Many apparent*** genotype errors are easy for the human eye to spot, but with ~11,000 markers and ~400 RILs, no one has time to go through 4+ million datapoints to do the corrections manually. Enter Genotype-Corrector, a software package one of the students in my lab had developed during his masters to essentially do the same thing you or I do when we look at that graphic: “hey the genotype of marker in this line doesn’t agree with any of the markers around it, maybe it’s a mistake.” He volunteers to run Genotype-Corrector on this dataset, and afterwards I rebuilt the genetic map…. and the results were MUCH better.
Now there are things to be aware of with this approach. Essentially Genotype-Corrector and similar tools are borrowing information from the physical map (genome assembly) to correct errors in the data that is used to build a genetic map, so if there are mistakes in the genome assembly, this reduces your chances of catching them. In principle it should be possible to do the same type of error correction using only information on linkage between individual markers. LinkImpute already using a similar approach for imputation, but I don’t know of any software that uses the same principle for genotype error correction. If you do, please let me know in the comments below.
The manuscript for Genotype-Corrector is currently in review (I’ll update this post once it comes out somewhere), but the software and source code has already been released on github.

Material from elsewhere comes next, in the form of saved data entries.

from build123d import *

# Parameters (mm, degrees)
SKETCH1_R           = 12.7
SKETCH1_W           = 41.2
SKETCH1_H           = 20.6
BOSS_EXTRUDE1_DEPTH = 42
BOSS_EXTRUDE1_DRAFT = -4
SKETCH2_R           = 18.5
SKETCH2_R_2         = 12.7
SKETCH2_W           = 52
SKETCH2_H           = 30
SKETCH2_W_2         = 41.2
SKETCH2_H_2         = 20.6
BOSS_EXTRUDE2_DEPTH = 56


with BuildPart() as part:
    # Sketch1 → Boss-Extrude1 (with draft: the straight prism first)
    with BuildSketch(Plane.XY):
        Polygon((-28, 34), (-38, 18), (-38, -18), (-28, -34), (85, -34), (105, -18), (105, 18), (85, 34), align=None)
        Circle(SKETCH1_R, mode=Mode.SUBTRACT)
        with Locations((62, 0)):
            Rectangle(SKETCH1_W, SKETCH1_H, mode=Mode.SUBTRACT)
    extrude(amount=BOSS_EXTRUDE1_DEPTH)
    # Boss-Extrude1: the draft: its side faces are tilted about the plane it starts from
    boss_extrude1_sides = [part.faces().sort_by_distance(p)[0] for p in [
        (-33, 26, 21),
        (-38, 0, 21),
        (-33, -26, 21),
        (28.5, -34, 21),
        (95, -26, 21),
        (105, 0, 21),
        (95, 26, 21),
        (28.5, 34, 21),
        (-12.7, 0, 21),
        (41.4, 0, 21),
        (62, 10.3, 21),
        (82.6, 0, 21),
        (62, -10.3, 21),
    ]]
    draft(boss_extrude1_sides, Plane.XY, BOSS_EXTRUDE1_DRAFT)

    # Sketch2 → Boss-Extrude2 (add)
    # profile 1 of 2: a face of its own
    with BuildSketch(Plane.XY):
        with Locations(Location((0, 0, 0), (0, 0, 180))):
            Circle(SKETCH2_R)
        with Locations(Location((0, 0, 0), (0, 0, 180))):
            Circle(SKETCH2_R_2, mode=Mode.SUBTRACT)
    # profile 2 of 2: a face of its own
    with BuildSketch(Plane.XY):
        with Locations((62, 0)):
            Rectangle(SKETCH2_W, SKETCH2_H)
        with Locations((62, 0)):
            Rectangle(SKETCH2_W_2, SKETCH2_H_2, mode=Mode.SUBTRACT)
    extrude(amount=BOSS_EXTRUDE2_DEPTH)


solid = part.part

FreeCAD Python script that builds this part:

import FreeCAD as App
import Part
import Sketcher

V = App.Vector
Q = App.Units.Quantity


def faces_at(feature, points):
    """Names of the faces that lie closest to the given points."""
    faces = feature.Shape.Faces
    near = lambda p: min(range(len(faces)), key=lambda i: faces[i].distToShape(Part.Vertex(*p))[0])
    return sorted({f"Face{near(p) + 1}" for p in points})


def add_polygon(sketch, points):
    """Adds a closed chain of lines whose ends are joined by coincident constraints."""
    first, n = sketch.GeometryCount, len(points)
    for a, b in zip(points, points[1:] + points[:1]):
        sketch.addGeometry(Part.LineSegment(App.Vector(*a, 0), App.Vector(*b, 0)), False)
    for i in range(n):
        sketch.addConstraint(Sketcher.Constraint("Coincident", first + i, 2, first + (i + 1) % n, 1))

doc = App.newDocument("Part")
params = doc.addObject("Spreadsheet::Sheet", "Params")
for row, (alias, value) in enumerate([
    ("sketch1_diameter", "25.4 mm"),
    ("sketch1_width", "113 mm"),
    ("sketch1_height", "36 mm"),
    ("sketch1_width2", "41.2 mm"),
    ("sketch1_height2", "20.6 mm"),
    ("pad1_length", "42 mm"),
    ("draft_angle", "4 deg"),
    ("sketch2_diameter", "37 mm"),
    ("sketch2_diameter2", "25.4 mm"),
    ("sketch2_width", "52 mm"),
    ("sketch2_height", "30 mm"),
    ("sketch2_width2", "41.2 mm"),
    ("pad2_length", "56 mm"),
], start=1):
    params.set(f"A{row}", alias)
    params.set(f"B{row}", "=" + value)
    params.setAlias(f"B{row}", alias)

body = doc.addObject("PartDesign::Body", "Body")

# Sketch on XY plane
sketch1 = body.newObject("Sketcher::SketchObject", "Sketch")
sketch1.AttachmentSupport = (doc.getObject("XY_Plane"), [""])
sketch1.MapMode = "FlatFace"
add_polygon(sketch1, [(-28, 34), (-38, 18), (-38, -18), (-28, -34), (85, -34), (105, -18), (105, 18), (85, 34)])  # lines 0-7
sketch1.addGeometry(Part.Circle(V(0, 0, 0), V(0, 0, 1), 13), False)  # 8
add_polygon(sketch1, [(83, -10), (41, -10), (41, 10), (83, 10)])  # lines 9-12
sketch1.addConstraint([
    Sketcher.Constraint("Vertical", 1),
    Sketcher.Constraint("Horizontal", 3),
    Sketcher.Constraint("Vertical", 5),
    Sketcher.Constraint("Horizontal", 7),
    Sketcher.Constraint("Horizontal", 9),
    Sketcher.Constraint("Vertical", 10),
    Sketcher.Constraint("Horizontal", 11),
    Sketcher.Constraint("Vertical", 12),
    Sketcher.Constraint("Coincident", 8, 3, -1, 1),
    Sketcher.Constraint("Symmetric", 3, 2, 6, 2, -1),
    Sketcher.Constraint("Horizontal", 1, 2, 4, 2),
    Sketcher.Constraint("Horizontal", 0, 2, 5, 2),
    Sketcher.Constraint("Vertical", 2, 2, 7, 2),
    Sketcher.Constraint("Equal", 0, 2),
    Sketcher.Constraint("Diameter", 8, Q("25.4 mm")),
    Sketcher.Constraint("DistanceX", 3, 1, 3, 2, Q("113 mm")),
    Sketcher.Constraint("DistanceY", 1, 2, 1, 1, Q("36 mm")),
    Sketcher.Constraint("DistanceX", 9, 2, 9, 1, Q("41.2 mm")),
    Sketcher.Constraint("DistanceY", 10, 1, 10, 2, Q("20.6 mm")),
    Sketcher.Constraint("DistanceX", 0, 2, -1, 1, Q("38 mm")),
    Sketcher.Constraint("DistanceX", 2, 2, -1, 1, Q("28 mm")),
    Sketcher.Constraint("DistanceY", 2, 2, -1, 1, Q("34 mm")),
    Sketcher.Constraint("DistanceX", -1, 1, 4, 2, Q("105 mm")),
    Sketcher.Constraint("DistanceX", -1, 1, 9, 2, Q("41.4 mm")),
    Sketcher.Constraint("DistanceY", 9, 2, -1, 1, Q("10.3 mm")),
])
sketch1.setExpression("Constraints[26]", "Params.sketch1_diameter")
sketch1.setExpression("Constraints[27]", "Params.sketch1_width")
sketch1.setExpression("Constraints[28]", "Params.sketch1_height")
sketch1.setExpression("Constraints[29]", "Params.sketch1_width2")
sketch1.setExpression("Constraints[30]", "Params.sketch1_height2")
pad1 = body.newObject("PartDesign::Pad", "Pad")
pad1.Profile = sketch1
pad1.setExpression("Length", "Params.pad1_length")
doc.recompute()

draft = body.newObject("PartDesign::Draft", "Draft")
draft.Base = (pad1, faces_at(pad1, [
    (-33, 26, 21),
    (-38, 0, 21),
    (-33, -26, 21),
    (28.5, -34, 21),
    (95, -26, 21),
    (105, 0, 21),
    (95, 26, 21),
    (28.5, 34, 21),
    (-12.7, 0, 21),
    (41.4, 0, 21),
    (62, 10.3, 21),
    (82.6, 0, 21),
    (62, -10.3, 21),
]))
draft.NeutralPlane = (doc.getObject("XY_Plane"), [""])
draft.setExpression("Angle", "Params.draft_angle")
draft.Reversed = True

# Sketch on XY plane
sketch2 = body.newObject("Sketcher::SketchObject", "Sketch001")
sketch2.AttachmentSupport = (doc.getObject("XY_Plane"), [""])
sketch2.MapMode = "FlatFace"
sketch2.addGeometry(Part.Circle(V(0, 0, 0), V(0, 0, 1), 18), False)  # 0
sketch2.addGeometry(Part.Circle(V(0, 0, 0), V(0, 0, 1), 13), False)  # 1
add_polygon(sketch2, [(36, 15), (36, -15), (88, -15), (88, 15)])  # lines 2-5
add_polygon(sketch2, [(83, -10), (41, -10), (41, 10), (83, 10)])  # lines 6-9
sketch2.addConstraint([
    Sketcher.Constraint("Vertical", 2),
    Sketcher.Constraint("Horizontal", 3),
    Sketcher.Constraint("Vertical", 4),
    Sketcher.Constraint("Horizontal", 5),
    Sketcher.Constraint("Horizontal", 6),
    Sketcher.Constraint("Vertical", 7),
    Sketcher.Constraint("Horizontal", 8),
    Sketcher.Constraint("Vertical", 9),
    Sketcher.Constraint("Coincident", 0, 3, -1, 1),
    Sketcher.Constraint("Coincident", 1, 3, -1, 1),
    Sketcher.Constraint("Diameter", 0, Q("37 mm")),
    Sketcher.Constraint("Diameter", 1, Q("25.4 mm")),
    Sketcher.Constraint("DistanceX", 3, 1, 3, 2, Q("52 mm")),
    Sketcher.Constraint("DistanceY", 2, 2, 2, 1, Q("30 mm")),
    Sketcher.Constraint("DistanceX", 6, 2, 6, 1, Q("41.2 mm")),
    Sketcher.Constraint("DistanceY", 7, 1, 7, 2, Q("20.6 mm")),
    Sketcher.Constraint("DistanceX", -1, 1, 2, 2, Q("36 mm")),
    Sketcher.Constraint("DistanceY", 2, 2, -1, 1, Q("15 mm")),
    Sketcher.Constraint("DistanceX", -1, 1, 6, 2, Q("41.4 mm")),
    Sketcher.Constraint("DistanceY", 6, 2, -1, 1, Q("10.3 mm")),
])
sketch2.setExpression("Constraints[18]", "Params.sketch2_diameter")
sketch2.setExpression("Constraints[19]", "Params.sketch2_diameter2")
sketch2.setExpression("Constraints[20]", "Params.sketch2_width")
sketch2.setExpression("Constraints[21]", "Params.sketch2_height")
sketch2.setExpression("Constraints[22]", "Params.sketch2_width2")
pad2 = body.newObject("PartDesign::Pad", "Pad001")
pad2.Profile = sketch2
pad2.setExpression("Length", "Params.pad2_length")

doc.recompute()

- Miao C, Li D, Fang J, Liang P, Zhang X, Yang J, Schnable JC, Tang H. Genotype-Corrector: improved genotype calls for genetic mapping. Scientific Reports doi: 10.1038/s41598-018-28294-0
*Named after a geneticist who worked of fruit flies a century ago.
**Easy to do if you have a well sequenced reference genome, more painful otherwise.
***There are other biological phenomena that could create the patterns observed in the two boxes of Figure 1, I just don’t have space to go into them here, this post is already going to be more than 1000 words.
****All genetic maps were constructing with ASMap, an R package that reimplements the MSTMap algorithm. I highly recommend it!